Final exam, CS 5353, Fall 2008

Date: Tuesday, December 9, 2008.

Name (please print): ___________________________________________________________________________________

1. Motivations.

Explain what is cyberinfrastructure, why it is useful, and why it did not appear many years ago, when computer communications were slower.
Explain why we cannot directly measure all physical quantities of interest to us, why we need data processing. Give a real-life example.

2. Statistical foundations.
Assume that the probability p(A) of the event A is 0.6, and the probability p(B) of the event B is 0.5.

What is the probability p(A & B) that both A and B hold if these events are independent? Provide the derivation of the corresponding formula.
What is the range of possible values of p(A & B) when we do not have any information about the dependence between A and B? Draw examples illustrating the possibilities of the smallest and the largest values from this range.
What is the probability p(A \/ B) that one of the events A or B holds if these events are independent? Provide the derivation of the corresponding formula.
What is the range of possible values of p(A \/ B) when we do not have any information about the dependence between A and B? Draw examples illustrating the possibilities of the smallest and the largest values from this range.

3. Mathematical techniques.

What is the Maximum Likelihood Method? Provide at least two examples of where this method is used. Describe one of these examples in detail.
What is bisection? Give a numerical example (two steps are enough) of how bisection can be used to find the solution to an equation, i.e., the value x for which f(x) = 0.

Provide an example where both Maximum Likelihood Method and bisection are used in estimating uncertainty of the result of data processing.

4. Data fusion.
Let us assume that we have measured the same quantity with two different measurement instruments. The result of the first measurement is 1.2, the result of the second measurement is 0.8. Combine these two results into a single "fused" value, in the following two situations:

Probabilistic situation. In this situation, we assume that both measuring instrument have 0 mean; the first instrument has standard deviation 0.2, the second has standard deviation 0.3.
Interval situation. In this situation, we have no information about the probabilities, we only know that the measurement error of the first instrument does not exceed 0.2, and the measurement error of the second instrument does not exceed 0.3.

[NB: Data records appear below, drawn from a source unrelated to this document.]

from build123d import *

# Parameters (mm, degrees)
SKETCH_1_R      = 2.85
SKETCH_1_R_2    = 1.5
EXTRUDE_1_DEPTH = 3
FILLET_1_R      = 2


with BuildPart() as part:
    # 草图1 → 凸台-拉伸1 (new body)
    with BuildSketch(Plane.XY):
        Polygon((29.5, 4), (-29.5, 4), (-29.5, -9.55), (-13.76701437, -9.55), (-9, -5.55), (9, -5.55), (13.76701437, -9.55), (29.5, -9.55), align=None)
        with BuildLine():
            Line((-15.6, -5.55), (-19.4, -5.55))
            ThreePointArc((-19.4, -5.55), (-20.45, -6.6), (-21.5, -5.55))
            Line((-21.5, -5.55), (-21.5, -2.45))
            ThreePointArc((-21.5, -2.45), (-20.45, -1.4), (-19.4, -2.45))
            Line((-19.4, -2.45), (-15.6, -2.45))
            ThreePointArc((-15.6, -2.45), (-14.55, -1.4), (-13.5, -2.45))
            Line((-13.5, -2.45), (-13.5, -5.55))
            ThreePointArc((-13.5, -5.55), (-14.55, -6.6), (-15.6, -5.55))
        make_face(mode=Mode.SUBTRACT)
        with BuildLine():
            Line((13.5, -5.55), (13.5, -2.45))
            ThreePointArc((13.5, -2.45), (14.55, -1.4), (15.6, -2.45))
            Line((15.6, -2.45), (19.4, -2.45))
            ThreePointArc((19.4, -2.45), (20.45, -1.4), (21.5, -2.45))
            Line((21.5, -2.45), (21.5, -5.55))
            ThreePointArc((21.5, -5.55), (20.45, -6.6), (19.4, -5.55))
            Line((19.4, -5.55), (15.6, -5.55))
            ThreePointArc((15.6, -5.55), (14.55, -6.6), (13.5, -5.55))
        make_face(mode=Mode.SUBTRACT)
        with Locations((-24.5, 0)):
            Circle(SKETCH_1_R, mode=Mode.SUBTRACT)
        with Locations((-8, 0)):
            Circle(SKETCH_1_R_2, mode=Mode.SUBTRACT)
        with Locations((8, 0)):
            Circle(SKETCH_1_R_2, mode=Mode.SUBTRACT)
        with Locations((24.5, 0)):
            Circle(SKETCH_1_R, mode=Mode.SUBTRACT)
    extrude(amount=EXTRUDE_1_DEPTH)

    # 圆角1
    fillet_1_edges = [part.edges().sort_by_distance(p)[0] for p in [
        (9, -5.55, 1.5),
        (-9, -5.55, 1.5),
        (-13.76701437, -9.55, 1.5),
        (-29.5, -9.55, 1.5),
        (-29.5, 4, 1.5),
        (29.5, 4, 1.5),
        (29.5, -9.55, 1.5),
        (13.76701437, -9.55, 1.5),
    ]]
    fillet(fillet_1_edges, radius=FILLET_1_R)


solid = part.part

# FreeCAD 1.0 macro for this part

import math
import FreeCAD as App
import Part
import Sketcher

V = App.Vector
Q = App.Units.Quantity


def edges_at(feature, points):
    """Names of the edges that pass closest to the given points."""
    edges = feature.Shape.Edges
    near = lambda p: min(range(len(edges)), key=lambda i: edges[i].distToShape(Part.Vertex(*p))[0])
    return sorted({f"Edge{near(p) + 1}" for p in points})


def add_polygon(sketch, points):
    """Adds a closed chain of lines whose ends are joined by coincident constraints."""
    first, n = sketch.GeometryCount, len(points)
    for a, b in zip(points, points[1:] + points[:1]):
        sketch.addGeometry(Part.LineSegment(App.Vector(*a, 0), App.Vector(*b, 0)), False)
    for i in range(n):
        sketch.addConstraint(Sketcher.Constraint("Coincident", first + i, 2, first + (i + 1) % n, 1))

doc = App.newDocument("Part")
params = doc.addObject("Spreadsheet::Sheet", "Params")
for row, (alias, value) in enumerate([
    ("sketch1_diameter", "3 mm"),
    ("sketch1_diameter2", "5.7 mm"),
    ("sketch1_width", "59 mm"),
    ("sketch1_width2", "18 mm"),
    ("sketch1_radius", "1.05 mm"),
    ("pad1_length", "3 mm"),
    ("fillet_radius", "2 mm"),
], start=1):
    params.set(f"A{row}", alias)
    params.set(f"B{row}", "=" + value)
    params.setAlias(f"B{row}", alias)

body = doc.addObject("PartDesign::Body", "Body")

# Sketch on XY plane
sketch1 = doc.addObject("Sketcher::SketchObject", "Sketch")
body.addObject(sketch1)
sketch1.AttachmentSupport = (doc.XY_Plane, [""])
sketch1.MapMode = "FlatFace"
add_polygon(sketch1, [(29.5, 4), (-29.5, 4), (-29.5, -9.6), (-13.8, -9.6), (-9, -5.5), (9, -5.5), (13.8, -9.6), (29.5, -9.6)])  # lines 0-7
sketch1.addGeometry(Part.ArcOfCircle(Part.Circle(V(-14.6, -5.5, 0), V(0, 0, 1), 1.1), math.radians(180), math.radians(360)), False)  # 8
sketch1.addGeometry(Part.LineSegment(V(-15.6, -5.5, 0), V(-19.4, -5.5, 0)), False)  # 9
sketch1.addGeometry(Part.ArcOfCircle(Part.Circle(V(-20.4, -5.5, 0), V(0, 0, 1), 1.1), math.radians(180), math.radians(360)), False)  # 10
sketch1.addGeometry(Part.LineSegment(V(-21.5, -5.5, 0), V(-21.5, -2.5, 0)), False)  # 11
sketch1.addGeometry(Part.ArcOfCircle(Part.Circle(V(-20.4, -2.5, 0), V(0, 0, 1), 1.1), math.radians(0), math.radians(180)), False)  # 12
sketch1.addGeometry(Part.LineSegment(V(-19.4, -2.5, 0), V(-15.6, -2.5, 0)), False)  # 13
sketch1.addGeometry(Part.ArcOfCircle(Part.Circle(V(-14.6, -2.5, 0), V(0, 0, 1), 1.1), math.radians(0), math.radians(180)), False)  # 14
sketch1.addGeometry(Part.LineSegment(V(-13.5, -2.5, 0), V(-13.5, -5.5, 0)), False)  # 15
sketch1.addGeometry(Part.ArcOfCircle(Part.Circle(V(14.6, -5.5, 0), V(0, 0, 1), 1.1), math.radians(180), math.radians(360)), False)  # 16
sketch1.addGeometry(Part.LineSegment(V(13.5, -5.5, 0), V(13.5, -2.5, 0)), False)  # 17
sketch1.addGeometry(Part.ArcOfCircle(Part.Circle(V(14.6, -2.5, 0), V(0, 0, 1), 1.1), math.radians(0), math.radians(180)), False)  # 18
sketch1.addGeometry(Part.LineSegment(V(15.6, -2.5, 0), V(19.4, -2.5, 0)), False)  # 19
sketch1.addGeometry(Part.ArcOfCircle(Part.Circle(V(20.4, -2.5, 0), V(0, 0, 1), 1.1), math.radians(0), math.radians(180)), False)  # 20
sketch1.addGeometry(Part.LineSegment(V(21.5, -2.5, 0), V(21.5, -5.5, 0)), False)  # 21
sketch1.addGeometry(Part.ArcOfCircle(Part.Circle(V(20.4, -5.5, 0), V(0, 0, 1), 1.1), math.radians(180), math.radians(360)), False)  # 22
sketch1.addGeometry(Part.LineSegment(V(19.4, -5.5, 0), V(15.6, -5.5, 0)), False)  # 23
sketch1.addGeometry(Part.Circle(V(-24.5, 0, 0), V(0, 0, 1), 2.9), False)  # 24
sketch1.addGeometry(Part.Circle(V(-8, 0, 0), V(0, 0, 1), 1.5), False)  # 25
sketch1.addGeometry(Part.Circle(V(8, 0, 0), V(0, 0, 1), 1.5), False)  # 26
sketch1.addGeometry(Part.Circle(V(24.5, 0, 0), V(0, 0, 1), 2.9), False)  # 27
sketch1.addConstraint([
    Sketcher.Constraint("Coincident", 8, 1, 9, 1),
    Sketcher.Constraint("Coincident", 9, 2, 10, 2),
    Sketcher.Constraint("Tangent", 10, 1, 11, 1),
    Sketcher.Constraint("Tangent", 11, 2, 12, 2),
    Sketcher.Constraint("Coincident", 12, 1, 13, 1),
    Sketcher.Constraint("Coincident", 13, 2, 14, 2),
    Sketcher.Constraint("Tangent", 14, 1, 15, 1),
    Sketcher.Constraint("Tangent", 15, 2, 8, 2),
    Sketcher.Constraint("Tangent", 16, 1, 17, 1),
    Sketcher.Constraint("Tangent", 17, 2, 18, 2),
    Sketcher.Constraint("Coincident", 18, 1, 19, 1),
    Sketcher.Constraint("Coincident", 19, 2, 20, 2),
    Sketcher.Constraint("Tangent", 20, 1, 21, 1),
    Sketcher.Constraint("Tangent", 21, 2, 22, 2),
    Sketcher.Constraint("Coincident", 22, 1, 23, 1),
    Sketcher.Constraint("Coincident", 23, 2, 16, 2),
    Sketcher.Constraint("Horizontal", 0),
    Sketcher.Constraint("Vertical", 1),
    Sketcher.Constraint("Horizontal", 2),
    Sketcher.Constraint("Horizontal", 4),
    Sketcher.Constraint("Horizontal", 6),
    Sketcher.Constraint("Vertical", 7),
    Sketcher.Constraint("Horizontal", 9),
    Sketcher.Constraint("Vertical", 11),
    Sketcher.Constraint("Horizontal", 13),
    Sketcher.Constraint("Vertical", 15),
    Sketcher.Constraint("Vertical", 17),
    Sketcher.Constraint("Horizontal", 19),
    Sketcher.Constraint("Vertical", 21),
    Sketcher.Constraint("Horizontal", 23),
    Sketcher.Constraint("Equal", 8, 10),
    Sketcher.Constraint("Equal", 10, 12),
    Sketcher.Constraint("Equal", 12, 14),
    Sketcher.Constraint("Equal", 14, 16),
    Sketcher.Constraint("Equal", 16, 18),
    Sketcher.Constraint("Equal", 18, 20),
    Sketcher.Constraint("Equal", 20, 22),
    Sketcher.Constraint("Equal", 25, 26),
    Sketcher.Constraint("Equal", 24, 27),
    Sketcher.Constraint("Symmetric", 25, 3, 26, 3, -1, 1),
    Sketcher.Constraint("Symmetric", 24, 3, 27, 3, -1, 1),
    Sketcher.Constraint("Symmetric", 8, 3, 16, 3, -2),
    Sketcher.Constraint("Symmetric", 12, 3, 20, 3, -2),
    Sketcher.Constraint("Symmetric", 2, 2, 5, 2, -2),
    Sketcher.Constraint("PointOnObject", 24, 3, -1),
    Sketcher.Constraint("PointOnObject", 25, 3, -1),
    Sketcher.Constraint("Horizontal", 8, 3, 10, 3),
    Sketcher.Constraint("Horizontal", 12, 3, 14, 3),
    Sketcher.Constraint("Horizontal", 14, 3, 18, 3),
    Sketcher.Constraint("Horizontal", 16, 3, 22, 3),
    Sketcher.Constraint("Horizontal", 22, 3, 3, 2),
    Sketcher.Constraint("Horizontal", 4, 2, 8, 1),
    Sketcher.Constraint("Horizontal", 11, 2, 12, 1),
    Sketcher.Constraint("Horizontal", 17, 2, 18, 1),
    Sketcher.Constraint("Horizontal", 21, 2, 22, 1),
    Sketcher.Constraint("Equal", 2, 6),
    Sketcher.Constraint("Equal", 3, 5),
    Sketcher.Constraint("Diameter", 25, 3.0),
    Sketcher.Constraint("Diameter", 24, 5.7),
    Sketcher.Constraint("DistanceX", 0, 2, 0, 1, 59.0),
    Sketcher.Constraint("DistanceX", 4, 1, 4, 2, 18.0),
    Sketcher.Constraint("Angle", 3, Q("40 deg")),
    Sketcher.Constraint("Radius", 8, 1.05),
    Sketcher.Constraint("DistanceX", 9, 2, 9, 1, 3.8),
    Sketcher.Constraint("DistanceY", 11, 1, 11, 2, 3.1),
    Sketcher.Constraint("DistanceX", 25, 3, -1, 1, 8.0),
    Sketcher.Constraint("DistanceY", -1, 1, 0, 2, 4.0),
    Sketcher.Constraint("DistanceX", 10, 3, 16, 3, 35.0),
    Sketcher.Constraint("DistanceX", 0, 2, 24, 3, 5.0),
    Sketcher.Constraint("DistanceY", 1, 2, 10, 3, 4.0),
    Sketcher.Constraint("DistanceY", 1, 2, 1, 1, 13.55),
])
sketch1.setExpression("Constraints[65]", "Params.sketch1_diameter")
sketch1.setExpression("Constraints[66]", "Params.sketch1_diameter2")
sketch1.setExpression("Constraints[67]", "Params.sketch1_width")
sketch1.setExpression("Constraints[68]", "Params.sketch1_width2")
sketch1.setExpression("Constraints[70]", "Params.sketch1_radius")
pad1 = doc.addObject("PartDesign::Pad", "Pad")
body.addObject(pad1)
pad1.Profile = sketch1
pad1.setExpression("Length", "Params.pad1_length")
doc.recompute()

fillet = doc.addObject("PartDesign::Fillet", "Fillet")
body.addObject(fillet)
fillet.Base = (pad1, edges_at(pad1, [
    (9, -5.55, 1.5),
    (-9, -5.55, 1.5),
    (-13.767, -9.55, 1.5),
    (-29.5, -9.55, 1.5),
    (-29.5, 4, 1.5),
    (29.5, 4, 1.5),
    (29.5, -9.55, 1.5),
    (13.767, -9.55, 1.5),
]))
fillet.setExpression("Radius", "Params.fillet_radius")

doc.recompute()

Where do the formulas that you used come from (no need for detailed derivations, just explain the main ideas.)

5. Linearization.

Illustrate, on the example of the function y = x₁² - x₂, with the measurement results values x₁ = 1.0 and x₂ = 2.0 and measurement errors Δx₁ = 0.1 and Δx₂ = -0.2, what will be the error dy as estimated by the linearization method, and how this estimated error compares with the actual value of this error. Compare the analytical expressions for the corresponding partial derivatives with the results of numerical differentiation.
For the same function and the same measurement results, assume that we only know the bounds Δ₁ = 0.1 and Δ₂ = 0.2 on the measurement errors. Use the monotonicity of the function f to find the exact range of the corresponding value y, and compare this range with the results of applying a linearized formula for the bound Δ on the error Δy of the result of data processing.

6. Uncertainty in data processing: computational aspects.
For the formulas for computing uncertainty of the result of data processing, explain how the computational complexity (= number of computational steps) depends on the choice of the parameters h_i used in numerical differentiation, and what is the choice for which the computational complexity is the smallest:

for the case of statistical uncertainty, when we know the standard deviations σ_i of the corresponding measurement errors, and
for the case of interval uncertainty, when we only know the upper bounds Δ_i of the corresponding measurement errors.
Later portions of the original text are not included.